> Requirement: Set down, exactly and in full, the line holding "v 67.551 5 -9.749" and all the lines after it until the listing ends, and nothing else.
Segment Open
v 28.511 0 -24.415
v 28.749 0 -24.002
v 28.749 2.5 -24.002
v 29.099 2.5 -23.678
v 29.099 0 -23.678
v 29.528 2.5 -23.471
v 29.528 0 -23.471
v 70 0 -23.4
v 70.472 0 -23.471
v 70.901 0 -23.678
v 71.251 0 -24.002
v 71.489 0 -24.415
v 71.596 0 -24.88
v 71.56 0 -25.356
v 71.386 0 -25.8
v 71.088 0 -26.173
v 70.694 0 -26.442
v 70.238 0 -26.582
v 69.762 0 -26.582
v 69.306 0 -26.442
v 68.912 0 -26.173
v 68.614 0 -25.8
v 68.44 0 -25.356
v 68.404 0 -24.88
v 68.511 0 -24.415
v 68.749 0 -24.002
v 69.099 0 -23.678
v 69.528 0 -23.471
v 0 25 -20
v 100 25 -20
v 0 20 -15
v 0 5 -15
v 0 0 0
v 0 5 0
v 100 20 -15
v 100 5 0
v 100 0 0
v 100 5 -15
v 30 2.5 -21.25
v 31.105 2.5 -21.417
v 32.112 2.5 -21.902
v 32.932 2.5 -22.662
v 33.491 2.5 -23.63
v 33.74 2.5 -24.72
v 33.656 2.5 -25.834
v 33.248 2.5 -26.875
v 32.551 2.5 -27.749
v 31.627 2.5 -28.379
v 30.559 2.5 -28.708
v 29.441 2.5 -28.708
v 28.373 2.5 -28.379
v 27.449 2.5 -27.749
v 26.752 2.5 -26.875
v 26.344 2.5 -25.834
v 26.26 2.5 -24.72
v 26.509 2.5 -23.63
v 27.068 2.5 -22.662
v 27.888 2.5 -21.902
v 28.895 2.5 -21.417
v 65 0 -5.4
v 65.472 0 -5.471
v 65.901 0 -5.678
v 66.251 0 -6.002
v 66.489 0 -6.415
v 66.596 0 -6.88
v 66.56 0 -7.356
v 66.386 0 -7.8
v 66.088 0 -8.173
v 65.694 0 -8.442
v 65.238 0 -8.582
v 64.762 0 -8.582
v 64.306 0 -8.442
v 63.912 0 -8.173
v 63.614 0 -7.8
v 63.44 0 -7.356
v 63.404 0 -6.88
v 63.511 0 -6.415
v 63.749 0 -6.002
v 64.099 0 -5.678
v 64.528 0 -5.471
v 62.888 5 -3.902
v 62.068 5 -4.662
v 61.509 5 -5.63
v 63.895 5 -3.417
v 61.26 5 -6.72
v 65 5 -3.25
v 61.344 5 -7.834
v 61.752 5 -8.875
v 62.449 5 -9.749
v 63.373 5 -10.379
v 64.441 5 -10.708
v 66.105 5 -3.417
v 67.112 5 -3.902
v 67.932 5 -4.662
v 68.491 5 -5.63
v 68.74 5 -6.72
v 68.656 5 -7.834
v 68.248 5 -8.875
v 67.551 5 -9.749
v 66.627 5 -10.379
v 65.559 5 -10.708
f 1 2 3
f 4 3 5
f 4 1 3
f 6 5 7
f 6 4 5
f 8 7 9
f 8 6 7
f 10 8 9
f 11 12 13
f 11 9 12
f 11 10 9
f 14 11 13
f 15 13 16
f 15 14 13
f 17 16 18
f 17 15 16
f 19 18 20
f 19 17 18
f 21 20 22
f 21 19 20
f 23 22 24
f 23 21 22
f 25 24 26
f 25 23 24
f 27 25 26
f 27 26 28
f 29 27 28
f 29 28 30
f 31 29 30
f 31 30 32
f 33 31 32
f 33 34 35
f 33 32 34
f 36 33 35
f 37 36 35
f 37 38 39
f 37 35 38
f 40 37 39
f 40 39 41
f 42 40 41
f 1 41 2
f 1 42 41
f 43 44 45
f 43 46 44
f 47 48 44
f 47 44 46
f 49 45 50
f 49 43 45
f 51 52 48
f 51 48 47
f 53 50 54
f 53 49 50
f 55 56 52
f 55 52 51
Segment Closed
> Answer for this exercise:
v 67.551 5 -9.749
v 66.627 5 -10.379
v 65.559 5 -10.708
f 1 2 3
f 4 3 5
f 4 1 3
f 6 5 7
f 6 4 5
f 8 7 9
f 8 6 7
f 10 8 9
f 11 12 13
f 11 9 12
f 11 10 9
f 14 11 13
f 15 13 16
f 15 14 13
f 17 16 18
f 17 15 16
f 19 18 20
f 19 17 18
f 21 20 22
f 21 19 20
f 23 22 24
f 23 21 22
f 25 24 26
f 25 23 24
f 27 25 26
f 27 26 28
f 29 27 28
f 29 28 30
f 31 29 30
f 31 30 32
f 33 31 32
f 33 34 35
f 33 32 34
f 36 33 35
f 37 36 35
f 37 38 39
f 37 35 38
f 40 37 39
f 40 39 41
f 42 40 41
f 1 41 2
f 1 42 41
f 43 44 45
f 43 46 44
f 47 48 44
f 47 44 46
f 49 45 50
f 49 43 45
f 51 52 48
f 51 48 47
f 53 50 54
f 53 49 50
f 55 56 52
f 55 52 51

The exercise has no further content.